4.2 Experimental Results and Comparisons

In Tables 2 and 3, the classification accuracy reached by using the evaluated feature subset methods and the aggregated accuracy of ranking-based methods using SVM on the datasets of Table 1 are shown, respectively. In these tables, the last row shows the overall average results obtained on all tested datasets. Additionally, in the last column of Table 2, the classification accuracy using the whole set of features of each dataset is included.

Table 1. Details of the real-world mixed datasets used in our experiments.

Table 2. Classification accuracy of SVM on the feature subsets produced by SSFSM, CFS, and Zhang et al. on the mixed datasets of Table 1.

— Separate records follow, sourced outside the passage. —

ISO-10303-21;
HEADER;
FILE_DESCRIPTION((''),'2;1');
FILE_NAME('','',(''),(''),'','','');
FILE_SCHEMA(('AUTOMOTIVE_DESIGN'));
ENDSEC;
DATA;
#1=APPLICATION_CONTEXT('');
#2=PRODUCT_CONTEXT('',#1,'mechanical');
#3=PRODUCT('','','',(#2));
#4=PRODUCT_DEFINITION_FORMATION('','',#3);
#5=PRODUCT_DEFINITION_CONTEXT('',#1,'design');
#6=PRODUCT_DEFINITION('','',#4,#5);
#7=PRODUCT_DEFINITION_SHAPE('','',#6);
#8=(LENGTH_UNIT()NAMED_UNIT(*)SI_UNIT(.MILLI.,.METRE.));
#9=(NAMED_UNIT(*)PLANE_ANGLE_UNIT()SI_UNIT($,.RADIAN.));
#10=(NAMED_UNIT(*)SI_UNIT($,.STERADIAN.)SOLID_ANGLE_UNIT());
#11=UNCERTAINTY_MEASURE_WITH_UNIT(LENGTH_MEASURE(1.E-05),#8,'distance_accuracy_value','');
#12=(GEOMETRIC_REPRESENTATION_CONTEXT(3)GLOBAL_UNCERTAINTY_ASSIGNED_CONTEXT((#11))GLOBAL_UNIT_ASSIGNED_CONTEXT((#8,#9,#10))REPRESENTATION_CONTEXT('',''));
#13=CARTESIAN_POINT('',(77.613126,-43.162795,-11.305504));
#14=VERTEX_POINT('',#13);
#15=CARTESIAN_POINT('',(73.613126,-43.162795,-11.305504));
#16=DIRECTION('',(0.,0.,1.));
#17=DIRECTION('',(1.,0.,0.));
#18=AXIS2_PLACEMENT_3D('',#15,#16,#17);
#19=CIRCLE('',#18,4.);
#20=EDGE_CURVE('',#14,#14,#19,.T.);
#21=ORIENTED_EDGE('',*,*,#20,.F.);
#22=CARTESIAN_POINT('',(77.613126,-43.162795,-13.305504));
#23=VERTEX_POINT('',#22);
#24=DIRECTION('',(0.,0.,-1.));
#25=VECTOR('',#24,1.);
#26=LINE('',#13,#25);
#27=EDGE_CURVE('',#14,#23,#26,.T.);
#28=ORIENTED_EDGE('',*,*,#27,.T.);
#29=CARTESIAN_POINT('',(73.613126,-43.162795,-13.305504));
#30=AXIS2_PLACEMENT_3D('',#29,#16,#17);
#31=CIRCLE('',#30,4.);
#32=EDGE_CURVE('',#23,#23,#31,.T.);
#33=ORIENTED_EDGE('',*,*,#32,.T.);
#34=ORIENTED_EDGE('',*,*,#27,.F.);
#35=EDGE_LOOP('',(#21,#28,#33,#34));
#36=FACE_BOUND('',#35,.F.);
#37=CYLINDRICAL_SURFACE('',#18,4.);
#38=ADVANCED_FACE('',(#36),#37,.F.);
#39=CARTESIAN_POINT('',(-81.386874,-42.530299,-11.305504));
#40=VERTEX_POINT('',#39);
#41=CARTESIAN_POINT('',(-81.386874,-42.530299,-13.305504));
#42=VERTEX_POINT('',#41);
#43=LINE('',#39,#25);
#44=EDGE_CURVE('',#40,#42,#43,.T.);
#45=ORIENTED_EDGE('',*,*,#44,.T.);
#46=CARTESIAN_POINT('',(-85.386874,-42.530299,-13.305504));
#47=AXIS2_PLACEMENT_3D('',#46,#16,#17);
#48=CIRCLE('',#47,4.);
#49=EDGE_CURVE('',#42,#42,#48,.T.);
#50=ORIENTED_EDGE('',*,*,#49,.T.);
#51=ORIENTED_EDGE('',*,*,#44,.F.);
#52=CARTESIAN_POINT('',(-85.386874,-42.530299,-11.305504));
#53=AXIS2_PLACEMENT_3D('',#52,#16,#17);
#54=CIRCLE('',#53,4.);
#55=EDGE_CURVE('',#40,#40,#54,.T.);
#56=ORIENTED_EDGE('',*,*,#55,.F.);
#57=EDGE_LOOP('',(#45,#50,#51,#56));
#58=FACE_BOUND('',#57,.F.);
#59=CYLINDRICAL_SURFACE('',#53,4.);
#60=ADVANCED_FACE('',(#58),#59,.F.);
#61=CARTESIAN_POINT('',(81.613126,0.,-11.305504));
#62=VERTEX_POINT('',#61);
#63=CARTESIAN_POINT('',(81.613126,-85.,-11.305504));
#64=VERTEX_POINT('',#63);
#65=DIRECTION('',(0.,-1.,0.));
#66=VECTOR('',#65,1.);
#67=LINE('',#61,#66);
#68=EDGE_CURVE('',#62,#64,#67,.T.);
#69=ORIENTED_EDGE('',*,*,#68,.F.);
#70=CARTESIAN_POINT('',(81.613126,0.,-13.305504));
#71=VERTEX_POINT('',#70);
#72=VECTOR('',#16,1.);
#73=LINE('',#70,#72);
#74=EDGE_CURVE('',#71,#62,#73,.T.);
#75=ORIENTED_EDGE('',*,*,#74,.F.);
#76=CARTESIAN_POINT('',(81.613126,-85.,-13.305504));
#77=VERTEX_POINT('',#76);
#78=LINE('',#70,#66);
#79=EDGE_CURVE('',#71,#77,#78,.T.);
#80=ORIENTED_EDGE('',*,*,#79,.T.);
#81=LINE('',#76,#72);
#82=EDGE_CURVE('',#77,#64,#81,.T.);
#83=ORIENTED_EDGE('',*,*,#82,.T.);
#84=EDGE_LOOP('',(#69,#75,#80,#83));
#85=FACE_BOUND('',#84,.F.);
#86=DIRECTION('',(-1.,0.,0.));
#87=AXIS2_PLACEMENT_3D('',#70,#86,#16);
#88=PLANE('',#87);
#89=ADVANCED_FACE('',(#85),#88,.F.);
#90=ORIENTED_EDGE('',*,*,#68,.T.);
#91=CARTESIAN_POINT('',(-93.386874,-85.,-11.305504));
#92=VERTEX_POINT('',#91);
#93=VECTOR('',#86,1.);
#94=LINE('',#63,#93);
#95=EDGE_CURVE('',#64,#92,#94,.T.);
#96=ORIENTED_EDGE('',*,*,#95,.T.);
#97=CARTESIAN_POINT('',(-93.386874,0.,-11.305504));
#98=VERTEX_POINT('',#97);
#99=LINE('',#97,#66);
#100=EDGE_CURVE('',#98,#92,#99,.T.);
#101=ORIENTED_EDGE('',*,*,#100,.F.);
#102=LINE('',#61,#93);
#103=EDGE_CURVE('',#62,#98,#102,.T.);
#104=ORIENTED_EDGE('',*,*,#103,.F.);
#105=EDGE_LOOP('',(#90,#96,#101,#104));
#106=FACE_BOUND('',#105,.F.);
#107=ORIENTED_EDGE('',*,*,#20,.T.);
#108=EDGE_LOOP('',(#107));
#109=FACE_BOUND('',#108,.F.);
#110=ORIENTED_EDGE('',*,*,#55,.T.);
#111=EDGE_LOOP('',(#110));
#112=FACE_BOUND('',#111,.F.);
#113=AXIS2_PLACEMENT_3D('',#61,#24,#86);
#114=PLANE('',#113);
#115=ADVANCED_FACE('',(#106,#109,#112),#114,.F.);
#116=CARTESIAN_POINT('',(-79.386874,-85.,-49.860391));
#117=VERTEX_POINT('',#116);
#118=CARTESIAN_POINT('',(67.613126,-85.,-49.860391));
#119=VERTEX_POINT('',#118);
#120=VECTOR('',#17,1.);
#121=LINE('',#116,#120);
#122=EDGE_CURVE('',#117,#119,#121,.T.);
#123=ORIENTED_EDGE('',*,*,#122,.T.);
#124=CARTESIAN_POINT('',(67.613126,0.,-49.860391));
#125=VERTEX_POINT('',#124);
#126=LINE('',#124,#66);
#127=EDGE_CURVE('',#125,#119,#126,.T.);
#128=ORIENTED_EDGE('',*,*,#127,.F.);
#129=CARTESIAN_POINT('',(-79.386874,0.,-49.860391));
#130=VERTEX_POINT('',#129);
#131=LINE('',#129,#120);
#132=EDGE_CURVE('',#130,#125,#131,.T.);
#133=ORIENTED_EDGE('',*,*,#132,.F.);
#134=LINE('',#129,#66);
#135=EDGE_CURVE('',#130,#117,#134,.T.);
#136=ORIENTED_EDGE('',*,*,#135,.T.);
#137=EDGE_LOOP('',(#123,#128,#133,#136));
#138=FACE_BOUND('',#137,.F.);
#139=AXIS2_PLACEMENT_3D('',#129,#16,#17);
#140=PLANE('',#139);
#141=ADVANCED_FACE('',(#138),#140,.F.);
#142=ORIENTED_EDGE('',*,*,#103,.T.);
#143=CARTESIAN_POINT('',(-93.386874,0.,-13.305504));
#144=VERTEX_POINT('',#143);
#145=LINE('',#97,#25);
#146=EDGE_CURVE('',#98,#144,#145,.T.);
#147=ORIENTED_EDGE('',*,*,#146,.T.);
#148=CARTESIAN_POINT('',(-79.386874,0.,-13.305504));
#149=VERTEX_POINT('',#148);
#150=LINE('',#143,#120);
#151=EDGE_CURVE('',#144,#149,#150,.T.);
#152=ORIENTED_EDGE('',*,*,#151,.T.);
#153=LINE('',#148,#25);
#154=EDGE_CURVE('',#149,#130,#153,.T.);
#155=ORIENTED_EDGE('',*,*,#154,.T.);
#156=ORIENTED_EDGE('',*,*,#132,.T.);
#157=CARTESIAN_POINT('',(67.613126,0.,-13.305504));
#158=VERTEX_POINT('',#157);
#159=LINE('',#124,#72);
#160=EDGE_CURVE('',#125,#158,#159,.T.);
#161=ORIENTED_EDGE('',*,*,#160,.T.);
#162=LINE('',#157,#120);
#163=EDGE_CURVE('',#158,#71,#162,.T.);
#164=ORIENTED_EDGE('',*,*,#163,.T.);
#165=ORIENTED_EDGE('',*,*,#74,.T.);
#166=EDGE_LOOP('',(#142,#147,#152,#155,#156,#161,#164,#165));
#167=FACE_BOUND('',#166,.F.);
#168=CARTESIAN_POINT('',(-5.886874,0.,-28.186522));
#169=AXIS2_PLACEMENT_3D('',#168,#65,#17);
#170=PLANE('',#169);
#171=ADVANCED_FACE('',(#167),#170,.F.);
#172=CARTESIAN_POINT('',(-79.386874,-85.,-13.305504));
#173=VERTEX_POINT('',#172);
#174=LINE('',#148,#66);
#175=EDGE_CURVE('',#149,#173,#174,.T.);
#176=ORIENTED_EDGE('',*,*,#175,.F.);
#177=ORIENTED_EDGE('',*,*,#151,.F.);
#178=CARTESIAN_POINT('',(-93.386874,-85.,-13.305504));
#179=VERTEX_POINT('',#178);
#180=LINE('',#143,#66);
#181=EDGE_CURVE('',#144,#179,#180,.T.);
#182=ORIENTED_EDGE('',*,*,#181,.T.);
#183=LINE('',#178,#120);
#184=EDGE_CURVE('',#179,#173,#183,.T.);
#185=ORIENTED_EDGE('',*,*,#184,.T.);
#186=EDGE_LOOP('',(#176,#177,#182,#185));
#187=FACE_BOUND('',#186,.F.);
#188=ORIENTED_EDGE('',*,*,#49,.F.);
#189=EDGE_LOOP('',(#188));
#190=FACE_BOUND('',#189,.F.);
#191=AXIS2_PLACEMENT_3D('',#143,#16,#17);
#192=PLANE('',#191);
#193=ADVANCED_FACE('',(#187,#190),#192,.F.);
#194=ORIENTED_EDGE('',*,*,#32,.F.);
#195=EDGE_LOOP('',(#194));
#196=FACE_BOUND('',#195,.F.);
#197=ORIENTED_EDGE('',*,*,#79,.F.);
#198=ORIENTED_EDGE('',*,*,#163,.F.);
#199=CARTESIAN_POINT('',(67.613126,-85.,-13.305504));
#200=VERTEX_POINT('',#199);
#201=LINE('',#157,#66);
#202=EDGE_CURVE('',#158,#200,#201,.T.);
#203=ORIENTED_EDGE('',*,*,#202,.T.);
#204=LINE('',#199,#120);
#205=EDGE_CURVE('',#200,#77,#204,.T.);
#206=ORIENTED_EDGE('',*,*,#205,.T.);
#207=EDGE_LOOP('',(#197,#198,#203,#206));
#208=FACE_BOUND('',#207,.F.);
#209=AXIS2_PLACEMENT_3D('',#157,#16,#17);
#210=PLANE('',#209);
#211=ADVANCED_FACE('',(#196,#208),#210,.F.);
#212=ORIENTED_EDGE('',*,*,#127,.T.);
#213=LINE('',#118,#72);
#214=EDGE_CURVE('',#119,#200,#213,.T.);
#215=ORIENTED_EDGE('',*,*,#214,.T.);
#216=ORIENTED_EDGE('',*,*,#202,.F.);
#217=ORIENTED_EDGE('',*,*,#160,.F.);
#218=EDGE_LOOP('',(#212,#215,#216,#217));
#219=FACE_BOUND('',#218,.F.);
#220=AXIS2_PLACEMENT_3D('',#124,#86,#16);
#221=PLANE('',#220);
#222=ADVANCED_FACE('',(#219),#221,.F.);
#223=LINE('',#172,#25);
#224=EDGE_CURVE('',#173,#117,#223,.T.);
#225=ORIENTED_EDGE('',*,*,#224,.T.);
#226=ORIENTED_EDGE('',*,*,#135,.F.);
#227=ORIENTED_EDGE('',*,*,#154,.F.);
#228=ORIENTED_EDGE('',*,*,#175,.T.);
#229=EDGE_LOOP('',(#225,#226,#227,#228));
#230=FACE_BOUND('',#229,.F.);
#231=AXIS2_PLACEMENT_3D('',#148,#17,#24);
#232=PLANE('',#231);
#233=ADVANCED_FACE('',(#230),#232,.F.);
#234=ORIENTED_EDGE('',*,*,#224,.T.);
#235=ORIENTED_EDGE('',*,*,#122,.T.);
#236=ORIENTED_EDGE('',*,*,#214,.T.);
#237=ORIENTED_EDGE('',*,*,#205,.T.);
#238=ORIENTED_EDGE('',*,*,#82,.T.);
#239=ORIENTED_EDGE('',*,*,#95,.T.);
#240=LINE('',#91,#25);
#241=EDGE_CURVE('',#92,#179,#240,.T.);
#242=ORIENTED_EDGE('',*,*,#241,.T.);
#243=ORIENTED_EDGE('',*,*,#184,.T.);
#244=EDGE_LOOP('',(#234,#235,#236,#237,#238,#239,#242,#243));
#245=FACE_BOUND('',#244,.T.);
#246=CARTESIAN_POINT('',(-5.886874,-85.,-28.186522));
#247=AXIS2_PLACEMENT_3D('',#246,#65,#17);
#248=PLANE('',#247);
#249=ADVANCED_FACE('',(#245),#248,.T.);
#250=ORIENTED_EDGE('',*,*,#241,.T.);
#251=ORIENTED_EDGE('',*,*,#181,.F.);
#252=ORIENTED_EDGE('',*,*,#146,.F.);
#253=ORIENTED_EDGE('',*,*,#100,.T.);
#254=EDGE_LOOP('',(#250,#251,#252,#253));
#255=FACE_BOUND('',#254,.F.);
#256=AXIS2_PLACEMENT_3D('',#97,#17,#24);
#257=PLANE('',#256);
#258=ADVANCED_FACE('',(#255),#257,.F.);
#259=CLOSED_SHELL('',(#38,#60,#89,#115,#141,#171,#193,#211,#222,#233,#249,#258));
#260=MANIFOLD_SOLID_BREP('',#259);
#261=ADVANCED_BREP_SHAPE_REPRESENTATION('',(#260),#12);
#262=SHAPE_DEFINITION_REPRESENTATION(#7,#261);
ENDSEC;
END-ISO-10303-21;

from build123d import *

# Parameters (mm, degrees)
F1_DEPTH = 85
F2_R     = 4
F3_DEPTH = 25


with BuildPart() as f1:
    # F0 (on Front) → F1 (new body)
    with BuildSketch(Plane.XZ):
        Polygon((67.613126, -11.305504), (-79.386874, -11.305504), (-93.386874, -11.305504), (-93.386874, -13.305504), (-79.386874, -13.305504), (-79.386874, -49.860391), (67.613126, -49.860391), (67.613126, -13.305504), (81.613126, -13.305504), (81.613126, -11.305504), align=None)
    extrude(amount=F1_DEPTH)

    # F2 (on face) → F3 (cut)
    with BuildSketch(Plane.XY.offset(-11.305504)):
        with Locations((-85.386874, -42.530299)):
            Circle(F2_R)
        with Locations((73.613126, -43.162795)):
            Circle(F2_R)
    extrude(amount=-F3_DEPTH, mode=Mode.SUBTRACT)


solid = f1.part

Table 3. Aggregated accuracy of SVM on the feature ranking produced by SSFSM, IG, Gini index, Relieff and Fisher score on the datasets of Table 1.

Fig. 1.

Classification accuracy of SVM on the feature ranking produced by SSFSM, IG, Gini index, Relieff and Fisher score on six datasets of Table 1. The x-axis is the number of selected features. The y-axis is the classification accuracy.

As we can see in Table 2, regarding the methods for mixed data that select subsets of features, the best average results were obtained by our method, outperforming the CFS and Zhang et al. selectors, and having a statistically better performance in Automovile, Cylinder-bands, and Flags datasets. Moreover, as we can observe in this table, our method was the only one that got an average result better than those obtained using the whole set of features.

On the other hand, regarding the ranking-based methods, in Table 3, we can observe that again our method got the best results on average (average aggregated accuracy), and it was significantly better than Gini index, and Fisher score on the Acute-inflammation, Horse-colic, credit-approval, and Automovil datasets. This indicates that the ranking produced by our method is, on average, better than the ranking produced by the other evaluated ranking-based selectors, as we can corroborate in most of the feature ranking plots⁴ shown in Fig. 1.

5 Conclusions and Future Work

To solve the feature selection problem in mixed data, in this paper we introduce a new supervised filter feature selection method. Our method is based on Spectral Feature Selection (spectral gap score) combined with a new supervised kernel and a simple leave-one-out search strategy. It results in ranking-based/feature subset selector that can effectively solve feature selection problems in supervised mixed datasets. To show the effectiveness of our method, we tested it on several public mixed datasets. The results have shown that our method, is better than CFS [16] and the method introduced by Zhang et al. in [24], two filter feature subset selectors that can handle mixed data. Furthermore, our method achieves better results than popular filter based-on raking feature selection methods of the state-of-the-art, such as IG, Relieff, Fisher score and Gini index.

A comparison using other classifiers and selectors is mandatory, and it is part of the future work of this research. Another interesting research direction is to perform a broader study about wrapper strategies that combined with our method allow to improve its performance in terms of accuracy.